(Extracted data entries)
_ _ _ _
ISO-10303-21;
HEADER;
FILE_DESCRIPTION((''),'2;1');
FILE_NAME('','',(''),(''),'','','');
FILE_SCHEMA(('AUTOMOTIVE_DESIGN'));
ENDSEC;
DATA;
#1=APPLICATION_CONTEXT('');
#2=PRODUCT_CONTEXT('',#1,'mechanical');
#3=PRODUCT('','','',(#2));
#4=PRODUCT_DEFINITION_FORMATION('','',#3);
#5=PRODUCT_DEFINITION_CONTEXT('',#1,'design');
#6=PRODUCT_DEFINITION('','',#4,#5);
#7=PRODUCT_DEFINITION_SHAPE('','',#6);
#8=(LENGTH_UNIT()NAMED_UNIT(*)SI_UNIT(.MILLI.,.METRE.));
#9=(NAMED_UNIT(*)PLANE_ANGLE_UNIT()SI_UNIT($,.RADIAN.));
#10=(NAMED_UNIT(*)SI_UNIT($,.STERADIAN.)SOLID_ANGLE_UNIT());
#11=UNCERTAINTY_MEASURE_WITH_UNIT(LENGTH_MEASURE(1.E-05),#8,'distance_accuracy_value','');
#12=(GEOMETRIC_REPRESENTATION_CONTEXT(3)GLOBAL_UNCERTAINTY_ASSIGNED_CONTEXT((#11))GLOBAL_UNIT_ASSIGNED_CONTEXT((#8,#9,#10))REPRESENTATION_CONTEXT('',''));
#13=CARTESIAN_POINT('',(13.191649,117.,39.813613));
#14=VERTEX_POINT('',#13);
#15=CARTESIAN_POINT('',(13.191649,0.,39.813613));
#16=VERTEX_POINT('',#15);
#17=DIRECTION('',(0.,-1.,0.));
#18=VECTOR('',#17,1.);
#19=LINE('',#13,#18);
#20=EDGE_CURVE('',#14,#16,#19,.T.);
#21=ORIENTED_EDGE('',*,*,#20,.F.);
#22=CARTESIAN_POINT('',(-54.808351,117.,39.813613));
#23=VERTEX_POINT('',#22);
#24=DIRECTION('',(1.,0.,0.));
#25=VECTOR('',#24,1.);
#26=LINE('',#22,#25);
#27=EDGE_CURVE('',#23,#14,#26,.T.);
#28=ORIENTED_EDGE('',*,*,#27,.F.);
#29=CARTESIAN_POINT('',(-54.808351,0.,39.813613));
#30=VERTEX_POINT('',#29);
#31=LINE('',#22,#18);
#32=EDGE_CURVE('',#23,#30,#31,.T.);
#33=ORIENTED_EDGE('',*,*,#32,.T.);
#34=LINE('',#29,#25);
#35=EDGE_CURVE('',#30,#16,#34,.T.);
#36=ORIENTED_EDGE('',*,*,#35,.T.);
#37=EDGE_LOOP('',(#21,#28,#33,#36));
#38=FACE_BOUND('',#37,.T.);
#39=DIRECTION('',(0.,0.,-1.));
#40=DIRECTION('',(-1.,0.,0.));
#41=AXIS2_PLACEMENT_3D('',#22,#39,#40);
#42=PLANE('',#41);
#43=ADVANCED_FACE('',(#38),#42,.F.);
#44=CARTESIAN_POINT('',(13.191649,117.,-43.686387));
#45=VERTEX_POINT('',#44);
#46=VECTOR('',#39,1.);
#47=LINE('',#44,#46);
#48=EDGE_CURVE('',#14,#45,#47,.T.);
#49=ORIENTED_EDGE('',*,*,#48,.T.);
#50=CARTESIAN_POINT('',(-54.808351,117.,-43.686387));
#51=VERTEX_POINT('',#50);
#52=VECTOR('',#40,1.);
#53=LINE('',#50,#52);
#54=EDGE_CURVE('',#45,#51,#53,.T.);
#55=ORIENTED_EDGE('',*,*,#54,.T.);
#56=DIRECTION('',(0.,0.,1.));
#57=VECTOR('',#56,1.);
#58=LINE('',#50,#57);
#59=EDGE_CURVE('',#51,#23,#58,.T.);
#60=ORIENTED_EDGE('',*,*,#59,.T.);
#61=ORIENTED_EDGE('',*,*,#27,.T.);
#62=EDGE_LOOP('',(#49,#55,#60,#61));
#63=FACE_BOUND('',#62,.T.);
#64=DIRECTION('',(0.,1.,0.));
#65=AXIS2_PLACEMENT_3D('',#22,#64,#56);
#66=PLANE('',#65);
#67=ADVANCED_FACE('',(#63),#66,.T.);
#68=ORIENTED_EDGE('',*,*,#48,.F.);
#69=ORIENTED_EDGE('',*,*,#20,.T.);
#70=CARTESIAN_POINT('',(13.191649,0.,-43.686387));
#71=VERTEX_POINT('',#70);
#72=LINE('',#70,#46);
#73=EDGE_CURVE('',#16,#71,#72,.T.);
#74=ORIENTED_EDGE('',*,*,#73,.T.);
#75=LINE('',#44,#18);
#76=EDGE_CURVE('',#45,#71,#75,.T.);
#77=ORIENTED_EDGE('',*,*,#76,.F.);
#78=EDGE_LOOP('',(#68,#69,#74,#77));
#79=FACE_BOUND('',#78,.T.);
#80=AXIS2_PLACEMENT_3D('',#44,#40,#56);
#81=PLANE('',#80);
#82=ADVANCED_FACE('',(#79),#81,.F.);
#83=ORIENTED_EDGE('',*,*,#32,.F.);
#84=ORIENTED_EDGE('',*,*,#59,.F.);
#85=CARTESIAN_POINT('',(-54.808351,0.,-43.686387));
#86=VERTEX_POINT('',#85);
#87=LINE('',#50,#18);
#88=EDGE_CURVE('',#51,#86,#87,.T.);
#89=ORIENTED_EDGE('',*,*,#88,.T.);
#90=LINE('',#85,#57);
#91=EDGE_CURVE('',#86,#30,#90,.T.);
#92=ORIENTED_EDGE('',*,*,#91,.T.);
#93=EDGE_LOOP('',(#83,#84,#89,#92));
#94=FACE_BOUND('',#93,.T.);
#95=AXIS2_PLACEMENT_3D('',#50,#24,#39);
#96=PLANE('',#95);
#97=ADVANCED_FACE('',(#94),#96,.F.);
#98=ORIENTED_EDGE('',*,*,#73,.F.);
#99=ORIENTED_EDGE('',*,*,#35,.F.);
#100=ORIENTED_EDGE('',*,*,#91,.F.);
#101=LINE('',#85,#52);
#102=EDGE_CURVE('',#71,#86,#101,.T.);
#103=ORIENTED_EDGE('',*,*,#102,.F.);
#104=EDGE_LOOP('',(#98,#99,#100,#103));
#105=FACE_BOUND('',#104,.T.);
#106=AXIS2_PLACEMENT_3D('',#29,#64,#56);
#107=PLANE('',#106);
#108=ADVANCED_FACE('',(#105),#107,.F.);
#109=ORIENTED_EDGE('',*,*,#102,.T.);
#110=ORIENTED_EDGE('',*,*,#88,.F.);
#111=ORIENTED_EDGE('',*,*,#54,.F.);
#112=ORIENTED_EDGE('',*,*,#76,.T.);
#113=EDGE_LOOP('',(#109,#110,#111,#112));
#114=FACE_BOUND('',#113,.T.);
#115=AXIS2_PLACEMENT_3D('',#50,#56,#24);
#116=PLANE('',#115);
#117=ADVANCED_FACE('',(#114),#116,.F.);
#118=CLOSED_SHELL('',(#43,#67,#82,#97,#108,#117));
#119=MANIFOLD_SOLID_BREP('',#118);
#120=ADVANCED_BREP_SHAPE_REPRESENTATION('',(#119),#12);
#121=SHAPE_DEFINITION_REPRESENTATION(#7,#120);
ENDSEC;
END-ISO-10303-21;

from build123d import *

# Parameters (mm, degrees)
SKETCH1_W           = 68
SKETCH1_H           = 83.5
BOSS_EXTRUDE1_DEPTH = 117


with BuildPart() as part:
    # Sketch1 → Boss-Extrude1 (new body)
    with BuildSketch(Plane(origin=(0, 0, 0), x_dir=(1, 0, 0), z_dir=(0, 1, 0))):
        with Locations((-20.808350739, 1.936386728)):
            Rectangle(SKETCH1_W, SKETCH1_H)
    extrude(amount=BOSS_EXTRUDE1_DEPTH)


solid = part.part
_ _ _ _
Task prompt: Starting at the line that contains "#87=LINE('',#50,#18);", return every line through the last one above, exactly as written.

Answer to the problem:
#87=LINE('',#50,#18);
#88=EDGE_CURVE('',#51,#86,#87,.T.);
#89=ORIENTED_EDGE('',*,*,#88,.T.);
#90=LINE('',#85,#57);
#91=EDGE_CURVE('',#86,#30,#90,.T.);
#92=ORIENTED_EDGE('',*,*,#91,.T.);
#93=EDGE_LOOP('',(#83,#84,#89,#92));
#94=FACE_BOUND('',#93,.T.);
#95=AXIS2_PLACEMENT_3D('',#50,#24,#39);
#96=PLANE('',#95);
#97=ADVANCED_FACE('',(#94),#96,.F.);
#98=ORIENTED_EDGE('',*,*,#73,.F.);
#99=ORIENTED_EDGE('',*,*,#35,.F.);
#100=ORIENTED_EDGE('',*,*,#91,.F.);
#101=LINE('',#85,#52);
#102=EDGE_CURVE('',#71,#86,#101,.T.);
#103=ORIENTED_EDGE('',*,*,#102,.F.);
#104=EDGE_LOOP('',(#98,#99,#100,#103));
#105=FACE_BOUND('',#104,.T.);
#106=AXIS2_PLACEMENT_3D('',#29,#64,#56);
#107=PLANE('',#106);
#108=ADVANCED_FACE('',(#105),#107,.F.);
#109=ORIENTED_EDGE('',*,*,#102,.T.);
#110=ORIENTED_EDGE('',*,*,#88,.F.);
#111=ORIENTED_EDGE('',*,*,#54,.F.);
#112=ORIENTED_EDGE('',*,*,#76,.T.);
#113=EDGE_LOOP('',(#109,#110,#111,#112));
#114=FACE_BOUND('',#113,.T.);
#115=AXIS2_PLACEMENT_3D('',#50,#56,#24);
#116=PLANE('',#115);
#117=ADVANCED_FACE('',(#114),#116,.F.);
#118=CLOSED_SHELL('',(#43,#67,#82,#97,#108,#117));
#119=MANIFOLD_SOLID_BREP('',#118);
#120=ADVANCED_BREP_SHAPE_REPRESENTATION('',(#119),#12);
#121=SHAPE_DEFINITION_REPRESENTATION(#7,#120);
ENDSEC;
END-ISO-10303-21;

from build123d import *

# Parameters (mm, degrees)
SKETCH1_W           = 68
SKETCH1_H           = 83.5
BOSS_EXTRUDE1_DEPTH = 117


with BuildPart() as part:
    # Sketch1 → Boss-Extrude1 (new body)
    with BuildSketch(Plane(origin=(0, 0, 0), x_dir=(1, 0, 0), z_dir=(0, 1, 0))):
        with Locations((-20.808350739, 1.936386728)):
            Rectangle(SKETCH1_W, SKETCH1_H)
    extrude(amount=BOSS_EXTRUDE1_DEPTH)


solid = part.part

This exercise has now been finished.